И начальник Евсеев заболел! Он так разрывался между обязанностями советского функционера и велениями своего сердца, что даже запил и попал в больницу. В нем произошла, так сказать, сшибка: ему спектакль нравится, но он его должен запрещать, он его должен запретить, но спектакль ему нравится. И эта сшибка вызвала алкогольный синдром, который и довел беднягу до больницы. Но и из больницы через Эдика Радзинского он поддерживал с театром связь, поскольку в спектакле нужно было что-то изменять, чуть-чуть приглаживать, и Эдик был у нас связным.
Евсеев и ко мне почему-то относился очень хорошо. Спрашивал обо мне у Эдика и просил, чтобы я пришла к нему в больницу. Но Анатолий Васильевич говорил: «Не ходите, он человек пьющий, у него алкогольная горячка».
Когда спектакль в конце концов вышел, Евсеев так обрадовался, что прислал на премьеру ящик шампанского, Гиацинтовой — цветы и для меня — большую-большую коробку каких-то необыкновенных конфет. Видимо, из начальственных закромов. Эфрос выхватил у посыльных коробку и сказал: «Она шоколад не ест!» (Он знал, что у меня была болезнь Боткина, гепатит.) Шампанское мы, конечно, выпили.
В день премьеры Евсеев звонил в театр и спрашивал, как идет спектакль! Это мне напоминает Хрущева, который разгромил художников-абстракционистов, а потом, в конце жизни, на чердаке, говорят, малевал абстрактные картины. Не самые худшие проявления начальственных людей. Вот и от этого чиновника остались у меня светлые впечатления — ну посудите сами, какой еще начальник пришлет актерам на премьеру цветы и ящик шампанского.
Поток жалоб и анонимных доносов тем временем густел.
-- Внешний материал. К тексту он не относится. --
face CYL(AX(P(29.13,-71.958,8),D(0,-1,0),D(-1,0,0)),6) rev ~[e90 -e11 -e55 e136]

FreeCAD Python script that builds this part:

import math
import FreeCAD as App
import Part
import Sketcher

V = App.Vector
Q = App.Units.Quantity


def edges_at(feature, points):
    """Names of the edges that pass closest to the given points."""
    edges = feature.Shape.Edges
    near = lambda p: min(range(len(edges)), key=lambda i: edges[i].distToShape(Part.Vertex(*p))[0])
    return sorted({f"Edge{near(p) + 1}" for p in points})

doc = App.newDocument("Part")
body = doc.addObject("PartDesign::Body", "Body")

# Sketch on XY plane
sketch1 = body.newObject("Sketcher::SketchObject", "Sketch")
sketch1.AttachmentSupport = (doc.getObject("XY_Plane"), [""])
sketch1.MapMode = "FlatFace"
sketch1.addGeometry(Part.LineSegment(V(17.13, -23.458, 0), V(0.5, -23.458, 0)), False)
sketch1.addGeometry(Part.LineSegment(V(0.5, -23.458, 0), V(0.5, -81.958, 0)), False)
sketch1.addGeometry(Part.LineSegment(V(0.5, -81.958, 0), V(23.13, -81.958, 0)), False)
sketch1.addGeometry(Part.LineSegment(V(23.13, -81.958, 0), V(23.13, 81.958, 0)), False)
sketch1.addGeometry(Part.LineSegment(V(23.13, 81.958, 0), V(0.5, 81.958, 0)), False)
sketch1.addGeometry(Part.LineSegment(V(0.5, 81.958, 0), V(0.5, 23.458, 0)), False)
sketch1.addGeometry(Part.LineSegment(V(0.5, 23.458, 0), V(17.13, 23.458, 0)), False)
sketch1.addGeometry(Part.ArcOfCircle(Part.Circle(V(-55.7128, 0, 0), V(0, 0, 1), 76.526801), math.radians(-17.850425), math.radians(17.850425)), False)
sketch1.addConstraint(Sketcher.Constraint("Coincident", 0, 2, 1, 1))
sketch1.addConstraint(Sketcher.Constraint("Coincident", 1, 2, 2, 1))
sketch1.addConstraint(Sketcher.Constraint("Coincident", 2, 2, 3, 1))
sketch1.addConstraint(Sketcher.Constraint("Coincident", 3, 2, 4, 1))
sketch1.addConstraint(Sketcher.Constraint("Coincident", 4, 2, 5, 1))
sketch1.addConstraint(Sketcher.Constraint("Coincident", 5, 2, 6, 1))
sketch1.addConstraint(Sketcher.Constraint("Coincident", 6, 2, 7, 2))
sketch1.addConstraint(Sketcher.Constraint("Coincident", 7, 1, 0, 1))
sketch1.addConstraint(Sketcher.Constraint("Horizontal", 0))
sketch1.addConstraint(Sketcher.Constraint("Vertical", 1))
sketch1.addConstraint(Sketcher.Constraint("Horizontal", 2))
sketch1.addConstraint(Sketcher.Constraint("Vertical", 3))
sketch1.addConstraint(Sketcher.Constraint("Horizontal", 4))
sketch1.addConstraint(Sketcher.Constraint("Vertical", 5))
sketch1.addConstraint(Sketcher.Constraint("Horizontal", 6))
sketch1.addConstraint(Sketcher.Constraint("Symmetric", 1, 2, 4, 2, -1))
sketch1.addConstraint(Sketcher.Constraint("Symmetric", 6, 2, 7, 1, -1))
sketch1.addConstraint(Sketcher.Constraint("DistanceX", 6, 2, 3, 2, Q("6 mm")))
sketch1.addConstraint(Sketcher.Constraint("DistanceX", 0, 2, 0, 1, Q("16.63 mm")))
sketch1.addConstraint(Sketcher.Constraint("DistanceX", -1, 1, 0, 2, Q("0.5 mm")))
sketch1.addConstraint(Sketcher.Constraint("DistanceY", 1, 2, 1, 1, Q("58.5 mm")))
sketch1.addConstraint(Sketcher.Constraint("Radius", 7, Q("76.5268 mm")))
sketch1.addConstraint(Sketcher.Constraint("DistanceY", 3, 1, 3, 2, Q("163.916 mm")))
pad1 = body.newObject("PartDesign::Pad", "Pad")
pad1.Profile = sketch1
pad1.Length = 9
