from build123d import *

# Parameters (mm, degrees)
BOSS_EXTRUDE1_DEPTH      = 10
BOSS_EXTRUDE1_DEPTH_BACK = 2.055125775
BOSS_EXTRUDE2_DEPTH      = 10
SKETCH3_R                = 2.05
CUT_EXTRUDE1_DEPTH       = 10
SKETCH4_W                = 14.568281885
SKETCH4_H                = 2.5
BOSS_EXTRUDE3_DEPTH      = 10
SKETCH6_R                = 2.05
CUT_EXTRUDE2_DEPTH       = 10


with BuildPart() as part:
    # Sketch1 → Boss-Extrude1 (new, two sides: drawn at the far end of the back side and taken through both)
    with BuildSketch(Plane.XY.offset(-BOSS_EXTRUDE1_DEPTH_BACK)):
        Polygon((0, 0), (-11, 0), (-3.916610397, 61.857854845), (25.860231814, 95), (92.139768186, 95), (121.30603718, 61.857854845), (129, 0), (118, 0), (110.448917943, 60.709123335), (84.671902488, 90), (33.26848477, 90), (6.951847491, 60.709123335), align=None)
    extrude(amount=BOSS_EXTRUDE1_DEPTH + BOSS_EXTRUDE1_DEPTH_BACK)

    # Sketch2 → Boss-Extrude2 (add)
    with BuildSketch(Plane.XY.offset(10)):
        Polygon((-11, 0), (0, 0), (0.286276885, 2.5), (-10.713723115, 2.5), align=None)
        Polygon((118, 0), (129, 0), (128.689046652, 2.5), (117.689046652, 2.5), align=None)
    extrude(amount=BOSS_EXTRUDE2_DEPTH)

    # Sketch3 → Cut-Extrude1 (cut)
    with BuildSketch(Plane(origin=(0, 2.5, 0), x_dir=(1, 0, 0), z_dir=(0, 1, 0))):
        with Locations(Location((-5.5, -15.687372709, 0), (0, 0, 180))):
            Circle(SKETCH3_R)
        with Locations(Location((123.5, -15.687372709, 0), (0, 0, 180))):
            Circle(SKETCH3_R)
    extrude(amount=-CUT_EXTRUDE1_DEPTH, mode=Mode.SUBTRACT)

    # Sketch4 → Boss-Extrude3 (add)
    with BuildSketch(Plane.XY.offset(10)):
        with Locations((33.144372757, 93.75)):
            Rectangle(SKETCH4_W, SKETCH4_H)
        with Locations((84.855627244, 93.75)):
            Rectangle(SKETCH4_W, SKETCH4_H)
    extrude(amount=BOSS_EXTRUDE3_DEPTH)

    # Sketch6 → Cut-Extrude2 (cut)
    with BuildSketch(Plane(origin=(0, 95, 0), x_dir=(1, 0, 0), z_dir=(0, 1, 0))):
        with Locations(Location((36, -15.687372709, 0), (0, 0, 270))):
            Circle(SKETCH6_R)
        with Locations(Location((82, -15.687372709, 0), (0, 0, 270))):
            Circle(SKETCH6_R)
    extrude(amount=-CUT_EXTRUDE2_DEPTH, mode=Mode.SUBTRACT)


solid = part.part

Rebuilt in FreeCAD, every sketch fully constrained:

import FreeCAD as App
import Part
import Sketcher

V = App.Vector
Q = App.Units.Quantity


def add_polygon(sketch, points):
    """Adds a closed chain of lines whose ends are joined by coincident constraints."""
    first, n = sketch.GeometryCount, len(points)
    for a, b in zip(points, points[1:] + points[:1]):
        sketch.addGeometry(Part.LineSegment(App.Vector(*a, 0), App.Vector(*b, 0)), False)
    for i in range(n):
        sketch.addConstraint(Sketcher.Constraint("Coincident", first + i, 2, first + (i + 1) % n, 1))

doc = App.newDocument("Part")
params = doc.addObject("Spreadsheet::Sheet", "Params")
for row, (alias, value) in enumerate([
    ("sketch1_width", "11 mm"),
    ("pad1_length", "10 mm"),
    ("pad1_length2", "2.055126 mm"),
    ("sketch2_width", "11 mm"),
    ("pad2_length", "10 mm"),
    ("sketch3_diameter", "4.1 mm"),
    ("pocket1_length", "10 mm"),
    ("sketch4_height", "2.5 mm"),
    ("pad3_length", "10 mm"),
    ("sketch5_diameter", "4.1 mm"),
    ("pocket2_length", "10 mm"),
], start=1):
    params.set(f"A{row}", alias)
    params.set(f"B{row}", "=" + value)
    params.setAlias(f"B{row}", alias)

body = doc.addObject("PartDesign::Body", "Body")

# Sketch on XY plane
sketch1 = body.newObject("Sketcher::SketchObject", "Sketch")
sketch1.AttachmentSupport = (doc.getObject("XY_Plane"), [""])
sketch1.MapMode = "FlatFace"
add_polygon(sketch1, [(-11, 0), (0, 0), (7, 61), (33, 90), (85, 90), (110, 61), (118, 0), (129, 0), (121, 62), (92, 95), (26, 95), (-4, 62)])  # lines 0-11
sketch1.addConstraint(Sketcher.Constraint("Horizontal", 0))
sketch1.addConstraint(Sketcher.Constraint("Horizontal", 3))
sketch1.addConstraint(Sketcher.Constraint("Horizontal", 6))
sketch1.addConstraint(Sketcher.Constraint("Horizontal", 9))
sketch1.addConstraint(Sketcher.Constraint("Coincident", 0, 2, -1, 1))
sketch1.addConstraint(Sketcher.Constraint("PointOnObject", 5, 2, -1))
sketch1.addConstraint(Sketcher.Constraint("Parallel", 5, 7))
sketch1.addConstraint(Sketcher.Constraint("Parallel", 4, 8))
sketch1.addConstraint(Sketcher.Constraint("Parallel", 2, 10))
sketch1.addConstraint(Sketcher.Constraint("Parallel", 1, 11))
sketch1.addConstraint(Sketcher.Constraint("Horizontal", 1, 2, 4, 2))
sketch1.addConstraint(Sketcher.Constraint("Horizontal", 7, 2, 10, 2))
sketch1.addConstraint(Sketcher.Constraint("Equal", 0, 6))
sketch1.addConstraint(Sketcher.Constraint("DistanceX", 0, 1, 0, 2, Q("11 mm")))
sketch1.addConstraint(Sketcher.Constraint("DistanceY", -1, 1, 2, 2, Q("90 mm")))
sketch1.addConstraint(Sketcher.Constraint("DistanceX", -1, 1, 5, 2, Q("118 mm")))
sketch1.addConstraint(Sketcher.Constraint("DistanceY", -1, 1, 8, 2, Q("95 mm")))
sketch1.addConstraint(Sketcher.Constraint("Distance", 7, Q("62.334511 mm")))
sketch1.addConstraint(Sketcher.Constraint("DistanceX", 3, 1, 3, 2, Q("51.403418 mm")))
sketch1.addConstraint(Sketcher.Constraint("DistanceX", 9, 2, 9, 1, Q("66.279536 mm")))
sketch1.addConstraint(Sketcher.Constraint("DistanceX", -1, 1, 8, 2, Q("92.139768 mm")))
sketch1.addConstraint(Sketcher.Constraint("DistanceX", 10, 2, -1, 1, Q("3.91661 mm")))
sketch1.addConstraint(Sketcher.Constraint("DistanceX", 1, 2, 4, 2, Q("103.49707 mm")))
sketch1.setExpression("Constraints[25]", "Params.sketch1_width")
pad1 = body.newObject("PartDesign::Pad", "Pad")
pad1.Profile = sketch1
pad1.Type = "TwoLengths"
pad1.setExpression("Length", "Params.pad1_length")
pad1.setExpression("Length2", "Params.pad1_length2")

# Sketch on XY plane
sketch2 = body.newObject("Sketcher::SketchObject", "Sketch001")
sketch2.AttachmentSupport = (doc.getObject("XY_Plane"), [""])
sketch2.MapMode = "FlatFace"
sketch2.AttachmentOffset = App.Placement(V(0, 0, 10), App.Rotation())
add_polygon(sketch2, [(-11, 0), (0, 0), (0.3, 2.5), (-10.7, 2.5)])  # lines 0-3
add_polygon(sketch2, [(118, 0), (129, 0), (128.7, 2.5), (117.7, 2.5)])  # lines 4-7
sketch2.addConstraint(Sketcher.Constraint("Horizontal", 0))
sketch2.addConstraint(Sketcher.Constraint("Horizontal", 2))
sketch2.addConstraint(Sketcher.Constraint("Horizontal", 4))
sketch2.addConstraint(Sketcher.Constraint("Horizontal", 6))
sketch2.addConstraint(Sketcher.Constraint("Coincident", 0, 2, -1, 1))
sketch2.addConstraint(Sketcher.Constraint("PointOnObject", 4, 2, -1))
sketch2.addConstraint(Sketcher.Constraint("Parallel", 1, 3))
sketch2.addConstraint(Sketcher.Constraint("Parallel", 5, 7))
sketch2.addConstraint(Sketcher.Constraint("Horizontal", 2, 2, 5, 2))
sketch2.addConstraint(Sketcher.Constraint("Equal", 2, 4))
sketch2.addConstraint(Sketcher.Constraint("DistanceX", 0, 1, 0, 2, Q("11 mm")))
sketch2.addConstraint(Sketcher.Constraint("DistanceX", -1, 1, 4, 2, Q("129 mm")))
sketch2.addConstraint(Sketcher.Constraint("DistanceY", -1, 1, 1, 2, Q("2.5 mm")))
sketch2.addConstraint(Sketcher.Constraint("DistanceX", 1, 2, 5, 2, Q("128.40277 mm")))
sketch2.addConstraint(Sketcher.Constraint("Distance", 1, Q("2.516338 mm")))
sketch2.setExpression("Constraints[18]", "Params.sketch2_width")
pad2 = body.newObject("PartDesign::Pad", "Pad001")
pad2.Profile = sketch2
pad2.setExpression("Length", "Params.pad2_length")

# Sketch on XZ plane
sketch3 = body.newObject("Sketcher::SketchObject", "Sketch002")
sketch3.AttachmentSupport = (doc.getObject("XZ_Plane"), [""])
sketch3.MapMode = "FlatFace"
sketch3.AttachmentOffset = App.Placement(V(0, 0, -2.5), App.Rotation())
sketch3.addGeometry(Part.Circle(V(-5.5, 15.7, 0), V(0, 0, 1), 2), False)
sketch3.addGeometry(Part.Circle(V(123.5, 15.7, 0), V(0, 0, 1), 2), False)
sketch3.addConstraint(Sketcher.Constraint("Equal", 0, 1))
sketch3.addConstraint(Sketcher.Constraint("Horizontal", 0, 3, 1, 3))
sketch3.addConstraint(Sketcher.Constraint("Diameter", 0, Q("4.1 mm")))
sketch3.addConstraint(Sketcher.Constraint("DistanceX", 0, 3, 1, 3, Q("129 mm")))
sketch3.addConstraint(Sketcher.Constraint("DistanceX", 0, 3, -1, 1, Q("5.5 mm")))
sketch3.addConstraint(Sketcher.Constraint("DistanceY", -1, 1, 0, 3, Q("15.687373 mm")))
sketch3.setExpression("Constraints[2]", "Params.sketch3_diameter")
pocket1 = body.newObject("PartDesign::Pocket", "Pocket")
pocket1.Profile = sketch3
pocket1.setExpression("Length", "Params.pocket1_length")
pocket1.Reversed = True

# Sketch on XY plane
sketch4 = body.newObject("Sketcher::SketchObject", "Sketch003")
sketch4.AttachmentSupport = (doc.getObject("XY_Plane"), [""])
sketch4.MapMode = "FlatFace"
sketch4.AttachmentOffset = App.Placement(V(0, 0, 10), App.Rotation())
add_polygon(sketch4, [(25.9, 95), (25.9, 92.5), (40.4, 92.5), (40.4, 95)])  # lines 0-3
add_polygon(sketch4, [(77.6, 95), (77.6, 92.5), (92.1, 92.5), (92.1, 95)])  # lines 4-7
sketch4.addConstraint(Sketcher.Constraint("Vertical", 0))
sketch4.addConstraint(Sketcher.Constraint("Horizontal", 1))
sketch4.addConstraint(Sketcher.Constraint("Vertical", 2))
sketch4.addConstraint(Sketcher.Constraint("Horizontal", 3))
sketch4.addConstraint(Sketcher.Constraint("Vertical", 4))
sketch4.addConstraint(Sketcher.Constraint("Horizontal", 5))
sketch4.addConstraint(Sketcher.Constraint("Vertical", 6))
sketch4.addConstraint(Sketcher.Constraint("Horizontal", 7))
sketch4.addConstraint(Sketcher.Constraint("Horizontal", 1, 2, 4, 2))
sketch4.addConstraint(Sketcher.Constraint("Horizontal", 3, 2, 6, 2))
sketch4.addConstraint(Sketcher.Constraint("Equal", 3, 5))
sketch4.addConstraint(Sketcher.Constraint("DistanceY", 0, 2, 0, 1, Q("2.5 mm")))
sketch4.addConstraint(Sketcher.Constraint("DistanceY", -1, 1, 2, 2, Q("95 mm")))
sketch4.addConstraint(Sketcher.Constraint("DistanceX", 1, 1, 1, 2, Q("14.568282 mm")))
sketch4.addConstraint(Sketcher.Constraint("DistanceX", -1, 1, 0, 2, Q("25.860232 mm")))
sketch4.addConstraint(Sketcher.Constraint("DistanceX", -1, 1, 5, 2, Q("92.139768 mm")))
sketch4.setExpression("Constraints[19]", "Params.sketch4_height")
pad3 = body.newObject("PartDesign::Pad", "Pad002")
pad3.Profile = sketch4
pad3.setExpression("Length", "Params.pad3_length")

# Sketch on XZ plane
sketch5 = body.newObject("Sketcher::SketchObject", "Sketch004")
sketch5.AttachmentSupport = (doc.getObject("XZ_Plane"), [""])
sketch5.MapMode = "FlatFace"
sketch5.AttachmentOffset = App.Placement(V(0, 0, -95), App.Rotation())
sketch5.addGeometry(Part.Circle(V(36, 15.7, 0), V(0, 0, 1), 2), False)
sketch5.addGeometry(Part.Circle(V(82, 15.7, 0), V(0, 0, 1), 2), False)
sketch5.addConstraint(Sketcher.Constraint("Equal", 0, 1))
sketch5.addConstraint(Sketcher.Constraint("Horizontal", 0, 3, 1, 3))
sketch5.addConstraint(Sketcher.Constraint("Diameter", 0, Q("4.1 mm")))
sketch5.addConstraint(Sketcher.Constraint("DistanceX", -1, 1, 0, 3, Q("36 mm")))
sketch5.addConstraint(Sketcher.Constraint("DistanceX", -1, 1, 1, 3, Q("82 mm")))
sketch5.addConstraint(Sketcher.Constraint("DistanceY", -1, 1, 0, 3, Q("15.687373 mm")))
sketch5.setExpression("Constraints[2]", "Params.sketch5_diameter")
pocket2 = body.newObject("PartDesign::Pocket", "Pocket001")
pocket2.Profile = sketch5
pocket2.setExpression("Length", "Params.pocket2_length")
pocket2.Reversed = True

doc.recompute()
В это же время актеры взялись вдруг «выяснять отношения» с главным режиссером. Чуть ли не ночью собирались на какие-то сходки и выясняли: кто кого больше любит — режиссер актеров или актеры режиссера, что кому будет предложено играть, и т. д. и т. п. И тон был взят весьма максималистский. Это, в основном, те, кого Эфрос привел из Детского театра, — они почему-то присвоили себе право выяснять с ним отношения.
А аборигены театра Ленинского комсомола в это время исправно строчили анонимки. «Свои», значит, выясняли, почему Эфрос работает не только с ними, а актеры-старожилы выясняли с помощью писем по инстанциям и анонимок — почему он работает только с вновь пришедшими! Изнутри это выглядело именно так.
Анонимки сочинялись на разные темы. Разоблачали «ущербную идеологию», семейственность — якобы он родственников в спектаклях занимает. Я уж не знаю, кто там у Эфроса был родственником в нашем театре. Почему-то говорили о Ширвиндте. И не только о родственниках — писали, что вообще вокруг него евреев что-то очень много. Анатолий Васильевич кое-что мне рассказывал, а одну анонимку я читала сама. Все это писали — из театра.
Конечно, главными в анонимках были тезисы насчет идеологии, что и повторили официальные власти чуть позже, когда решили «разобраться» с этими «сигналами». Меня даже вызывал Б. Покаржевский, тогда секретарь Свердловского райкома КПСС. О чем мы разговаривали — почти сгладилось в моей памяти. Может, потому что тема для меня была крайне неинтересна. Помнится, он спрашивал: могу ли я под этими пунктами подписаться? А пункты были такие: неправильный подбор репертуара, его несоответствие названию Театра имени Ленинского комсомола; Эфрос развел семейственность. О том, что он еврей, в этой анонимке тоже было. И еще — о его якобы предвзятом отношении ко мне. Вот это я помню четко — он у меня спросил: не чересчур ли хорошо Эфрос ко мне относится?